GoodFellas (1990)

Never rat on your friends, and always keep your mouth shut.

James Conway

In 1955, high school student Henry Hill, son of an Irish-American father and Sicilian-American mother, becomes enamoured of the criminal life and Mafia presence in his working-class Italian-American neighbourhood in Brooklyn and begins working for local caporegime Paul “Paulie” Cicero and his associates: James “Jimmy the Gent” Conway, an Irish-American truck hijacker and gangster; and Tommy DeVito, a fellow juvenile delinquent. Henry begins as a fence for Jimmy, gradually working his way up to more serious crimes. Enjoying the perks of their criminal life, the three associates spend most of their nights in the 1960s at the Copacabana nightclub, carousing with women. Henry starts dating Karen Friedman, a Jewish-American woman from the Five Towns area of Long Island. Initially troubled by Henry’s criminal activities, Karen is eventually seduced by his glamorous lifestyle. Despite her parents’ disapproval, they marry.

In 1970, Gambino family member Billy Batts repeatedly insults Tommy at a nightclub owned by Henry. Enraged, Tommy and Jimmy kill him. The murder of a made man would warrant retribution from the Gambinos; another made man, possibly even Paulie, would be forced to kill the perpetrators. Realizing this, Jimmy, Henry and Tommy cover up the murder. They transport the body in the trunk of Henry’s car and bury it in upstate New York. Six months later, Jimmy learns that the burial site is slated for development, forcing them to exhume and relocate the decomposing corpse.

In 1974, a jealous Karen harasses Henry’s mistress Janice and holds Henry at gunpoint. Henry moves in with Janice, but Paulie insists he return to Karen after collecting a debt from a gambler in Tampa with Jimmy. Upon returning, Jimmy and Henry are arrested after being turned in by the gambler’s sister, an FBI typist, and receive ten-year prison sentences. In order to support his family on the outside, Henry has drugs smuggled in by Karen and sells them to a fellow inmate from Pittsburgh. In 1978, Henry is paroled and expands this cocaine business against Paulie’s orders, soon involving Jimmy and Tommy.
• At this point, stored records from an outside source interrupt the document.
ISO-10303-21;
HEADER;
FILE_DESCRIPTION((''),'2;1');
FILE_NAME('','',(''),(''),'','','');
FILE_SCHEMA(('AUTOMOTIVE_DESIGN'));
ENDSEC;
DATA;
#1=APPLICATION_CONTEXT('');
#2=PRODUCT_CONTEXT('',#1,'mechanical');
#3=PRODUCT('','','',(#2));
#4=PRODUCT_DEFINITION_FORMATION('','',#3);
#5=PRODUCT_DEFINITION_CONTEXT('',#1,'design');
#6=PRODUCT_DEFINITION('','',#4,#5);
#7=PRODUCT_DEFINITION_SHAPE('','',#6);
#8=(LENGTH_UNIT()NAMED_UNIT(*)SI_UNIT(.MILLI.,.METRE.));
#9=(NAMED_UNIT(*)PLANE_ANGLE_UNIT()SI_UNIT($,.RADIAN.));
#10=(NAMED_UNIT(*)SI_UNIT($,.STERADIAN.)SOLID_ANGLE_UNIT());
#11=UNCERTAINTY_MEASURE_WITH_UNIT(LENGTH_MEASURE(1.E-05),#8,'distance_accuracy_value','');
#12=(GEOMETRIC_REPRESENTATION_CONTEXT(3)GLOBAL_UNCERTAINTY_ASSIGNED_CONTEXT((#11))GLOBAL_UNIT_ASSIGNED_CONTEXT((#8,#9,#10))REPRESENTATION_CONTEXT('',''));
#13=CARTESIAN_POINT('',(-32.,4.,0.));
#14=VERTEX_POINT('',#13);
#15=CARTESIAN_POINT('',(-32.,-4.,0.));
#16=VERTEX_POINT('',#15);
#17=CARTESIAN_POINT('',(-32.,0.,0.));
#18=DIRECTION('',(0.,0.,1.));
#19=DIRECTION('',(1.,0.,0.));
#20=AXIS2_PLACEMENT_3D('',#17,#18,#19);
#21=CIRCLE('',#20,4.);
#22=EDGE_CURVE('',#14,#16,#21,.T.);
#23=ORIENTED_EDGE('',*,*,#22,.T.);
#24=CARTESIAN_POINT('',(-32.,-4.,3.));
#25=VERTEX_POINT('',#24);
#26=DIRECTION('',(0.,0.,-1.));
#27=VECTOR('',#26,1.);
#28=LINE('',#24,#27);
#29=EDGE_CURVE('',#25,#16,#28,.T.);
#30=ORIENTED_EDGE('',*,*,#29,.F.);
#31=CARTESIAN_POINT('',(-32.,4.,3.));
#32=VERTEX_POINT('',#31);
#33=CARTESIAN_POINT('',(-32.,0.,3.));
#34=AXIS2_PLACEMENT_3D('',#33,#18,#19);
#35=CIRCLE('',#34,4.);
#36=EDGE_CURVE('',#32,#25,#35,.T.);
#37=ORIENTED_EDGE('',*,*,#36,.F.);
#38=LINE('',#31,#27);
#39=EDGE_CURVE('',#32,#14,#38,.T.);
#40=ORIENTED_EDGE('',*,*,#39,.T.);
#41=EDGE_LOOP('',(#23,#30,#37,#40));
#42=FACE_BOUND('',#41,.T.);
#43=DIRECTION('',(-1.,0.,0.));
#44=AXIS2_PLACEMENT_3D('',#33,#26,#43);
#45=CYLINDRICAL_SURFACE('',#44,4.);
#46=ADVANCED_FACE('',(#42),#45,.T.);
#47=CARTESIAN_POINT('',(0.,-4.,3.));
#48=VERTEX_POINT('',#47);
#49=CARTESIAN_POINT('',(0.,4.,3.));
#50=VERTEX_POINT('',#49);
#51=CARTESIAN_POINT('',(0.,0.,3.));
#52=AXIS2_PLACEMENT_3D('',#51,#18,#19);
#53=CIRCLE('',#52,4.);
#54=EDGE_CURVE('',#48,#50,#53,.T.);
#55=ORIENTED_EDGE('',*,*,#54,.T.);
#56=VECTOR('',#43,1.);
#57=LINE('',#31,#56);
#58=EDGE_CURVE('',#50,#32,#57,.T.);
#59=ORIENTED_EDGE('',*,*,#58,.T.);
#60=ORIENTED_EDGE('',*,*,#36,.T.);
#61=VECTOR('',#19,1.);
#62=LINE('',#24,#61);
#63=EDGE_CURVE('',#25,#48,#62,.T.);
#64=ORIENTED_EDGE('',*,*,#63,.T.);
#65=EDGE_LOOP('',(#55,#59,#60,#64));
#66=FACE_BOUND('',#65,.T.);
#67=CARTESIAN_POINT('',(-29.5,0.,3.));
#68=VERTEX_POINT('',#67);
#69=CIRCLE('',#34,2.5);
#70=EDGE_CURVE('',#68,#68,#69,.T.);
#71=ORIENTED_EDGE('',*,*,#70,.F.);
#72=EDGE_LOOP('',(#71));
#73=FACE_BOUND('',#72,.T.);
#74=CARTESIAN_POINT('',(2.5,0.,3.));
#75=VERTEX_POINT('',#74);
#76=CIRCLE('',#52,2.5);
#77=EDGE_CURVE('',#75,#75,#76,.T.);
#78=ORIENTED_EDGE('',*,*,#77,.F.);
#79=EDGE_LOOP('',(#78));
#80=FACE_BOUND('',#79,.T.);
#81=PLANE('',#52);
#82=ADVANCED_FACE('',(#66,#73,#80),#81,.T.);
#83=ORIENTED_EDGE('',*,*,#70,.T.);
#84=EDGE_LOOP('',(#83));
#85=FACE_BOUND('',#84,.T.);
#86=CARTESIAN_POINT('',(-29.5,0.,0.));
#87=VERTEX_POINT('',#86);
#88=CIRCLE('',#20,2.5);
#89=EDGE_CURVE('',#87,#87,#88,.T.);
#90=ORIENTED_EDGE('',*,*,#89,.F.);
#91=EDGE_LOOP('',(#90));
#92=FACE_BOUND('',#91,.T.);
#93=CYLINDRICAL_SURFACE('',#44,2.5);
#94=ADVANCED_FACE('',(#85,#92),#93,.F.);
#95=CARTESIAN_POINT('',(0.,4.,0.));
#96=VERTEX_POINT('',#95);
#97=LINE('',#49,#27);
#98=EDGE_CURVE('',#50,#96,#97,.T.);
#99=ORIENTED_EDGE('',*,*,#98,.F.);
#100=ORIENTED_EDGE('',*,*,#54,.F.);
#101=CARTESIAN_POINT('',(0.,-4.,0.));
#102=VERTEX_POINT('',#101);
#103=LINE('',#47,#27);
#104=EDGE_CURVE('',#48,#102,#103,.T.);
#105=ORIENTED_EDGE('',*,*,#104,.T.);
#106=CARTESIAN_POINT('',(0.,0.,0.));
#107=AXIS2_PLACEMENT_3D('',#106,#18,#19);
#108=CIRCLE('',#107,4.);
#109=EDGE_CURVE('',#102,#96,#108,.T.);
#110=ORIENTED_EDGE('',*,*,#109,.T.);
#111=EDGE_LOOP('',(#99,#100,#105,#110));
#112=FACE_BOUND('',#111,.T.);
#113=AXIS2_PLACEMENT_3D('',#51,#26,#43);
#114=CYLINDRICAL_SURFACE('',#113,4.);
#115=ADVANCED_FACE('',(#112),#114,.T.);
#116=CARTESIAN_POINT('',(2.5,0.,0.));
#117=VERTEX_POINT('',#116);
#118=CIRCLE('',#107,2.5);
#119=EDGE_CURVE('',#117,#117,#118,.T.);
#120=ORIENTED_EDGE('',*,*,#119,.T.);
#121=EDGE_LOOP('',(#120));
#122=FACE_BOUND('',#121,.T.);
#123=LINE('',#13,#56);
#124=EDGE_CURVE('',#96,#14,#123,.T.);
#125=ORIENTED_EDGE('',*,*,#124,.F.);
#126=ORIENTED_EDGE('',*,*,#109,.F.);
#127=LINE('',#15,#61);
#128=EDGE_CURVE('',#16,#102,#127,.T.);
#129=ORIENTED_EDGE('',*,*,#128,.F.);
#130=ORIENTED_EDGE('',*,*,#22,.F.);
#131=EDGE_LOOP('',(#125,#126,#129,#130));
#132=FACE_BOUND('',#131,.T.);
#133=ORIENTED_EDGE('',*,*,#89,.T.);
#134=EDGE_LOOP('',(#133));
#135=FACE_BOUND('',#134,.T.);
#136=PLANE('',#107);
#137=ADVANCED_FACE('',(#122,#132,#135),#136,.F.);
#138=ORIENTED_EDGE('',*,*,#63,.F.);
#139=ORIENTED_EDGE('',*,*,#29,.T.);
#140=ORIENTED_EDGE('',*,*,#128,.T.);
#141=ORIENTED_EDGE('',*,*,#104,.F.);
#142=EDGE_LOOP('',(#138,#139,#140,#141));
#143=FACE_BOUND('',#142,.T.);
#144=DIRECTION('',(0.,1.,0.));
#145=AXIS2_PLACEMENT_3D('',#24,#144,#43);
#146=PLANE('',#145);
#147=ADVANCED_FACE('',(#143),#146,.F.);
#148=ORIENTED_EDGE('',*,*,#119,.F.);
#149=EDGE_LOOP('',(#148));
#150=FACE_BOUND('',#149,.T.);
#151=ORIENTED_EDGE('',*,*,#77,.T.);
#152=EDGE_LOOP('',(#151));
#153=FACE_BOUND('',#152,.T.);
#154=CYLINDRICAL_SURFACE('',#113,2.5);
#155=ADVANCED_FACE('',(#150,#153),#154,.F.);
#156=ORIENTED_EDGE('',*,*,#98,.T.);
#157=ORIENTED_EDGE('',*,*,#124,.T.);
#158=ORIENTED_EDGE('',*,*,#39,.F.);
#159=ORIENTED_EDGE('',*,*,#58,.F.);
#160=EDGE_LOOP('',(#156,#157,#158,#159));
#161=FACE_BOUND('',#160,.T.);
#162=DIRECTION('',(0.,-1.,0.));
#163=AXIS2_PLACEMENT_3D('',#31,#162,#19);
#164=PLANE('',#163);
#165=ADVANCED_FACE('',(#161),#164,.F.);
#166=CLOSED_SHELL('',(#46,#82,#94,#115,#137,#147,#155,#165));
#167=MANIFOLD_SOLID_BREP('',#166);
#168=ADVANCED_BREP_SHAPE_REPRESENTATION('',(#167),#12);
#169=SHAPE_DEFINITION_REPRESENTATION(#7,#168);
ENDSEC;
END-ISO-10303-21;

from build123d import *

# Parameters (mm, degrees)
SKETCH2_R           = 2.5
BOSS_EXTRUDE1_DEPTH = 3


with BuildPart() as part:
    # Sketch2 → Boss-Extrude1 (new body)
    with BuildSketch(Plane.XY):
        with BuildLine():
            Line((-32, 4), (0, 4))
            ThreePointArc((0, 4), (4, 0), (0, -4))
            Line((0, -4), (-32, -4))
            ThreePointArc((-32, -4), (-36, 0), (-32, 4))
        make_face()
        with Locations((-32, 0)):
            Circle(SKETCH2_R, mode=Mode.SUBTRACT)
        Circle(SKETCH2_R, mode=Mode.SUBTRACT)
    extrude(amount=BOSS_EXTRUDE1_DEPTH)


solid = part.part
Jimmy organizes a crew to raid the Lufthansa vault at John F. Kennedy International Airport and take $6 million. After some members buy expensive items against Jimmy’s orders and the getaway truck is found by police, he has most of the crew murdered. In his voiceover narration, as dead bodies are being discovered all over the city, Henry implicitly theorizes that Jimmy would have killed them anyway rather than share the profits of the heist. Tommy and Henry are spared by Jimmy. Tommy, however, is tricked into believing he is to become a made man and is ultimately shot dead in retribution for Batts’ murder.

Henry Hill

In 1980, Henry becomes an (ostensibly paranoid) nervous wreck from cocaine use and insomnia. He sets up a drug deal with his Pittsburgh associates but is arrested by narcotics agents and jailed. After bailing him out, Karen explains that she flushed $60,000 worth of cocaine down the toilet to prevent FBI agents from finding it during their raid, leaving the family virtually penniless. Feeling betrayed by Henry’s drug dealing, Paulie gives him $3,200 and ends their association. Following a routine visit, Karen barely escapes a probable murder attempt by Jimmy. Henry meets Jimmy in a diner and is asked to travel on a hit assignment; the novelty of such a request makes Henry suspicious. Facing federal charges, and realizing Jimmy plans to have him and Karen killed, Henry decides to enrol in the witness protection program, even though it means that Karen will not be able to see her parents. He gives sufficient testimony to have Paulie and Jimmy arrested and convicted. Forced out of his gangster life, Henry now has to face living in the real world; he narrates “I’m an average nobody. I get to live the rest of my life like a schnook.”

The end title cards state that, as of the film’s release in 1990, Henry is still a protected witness and was arrested in 1987 in Seattle for narcotics conspiracy, receiving five years’ probation. He has been clean since then. After 25 years of marriage, he and Karen separated in 1989 while Paulie died the previous year in Fort Worth Federal Prison at the age of 73 from respiratory illness. Jimmy is serving a twenty-years-to-life sentence in a New York prison for murder, in which he will be paroled in 2004 when he will be 78 years old.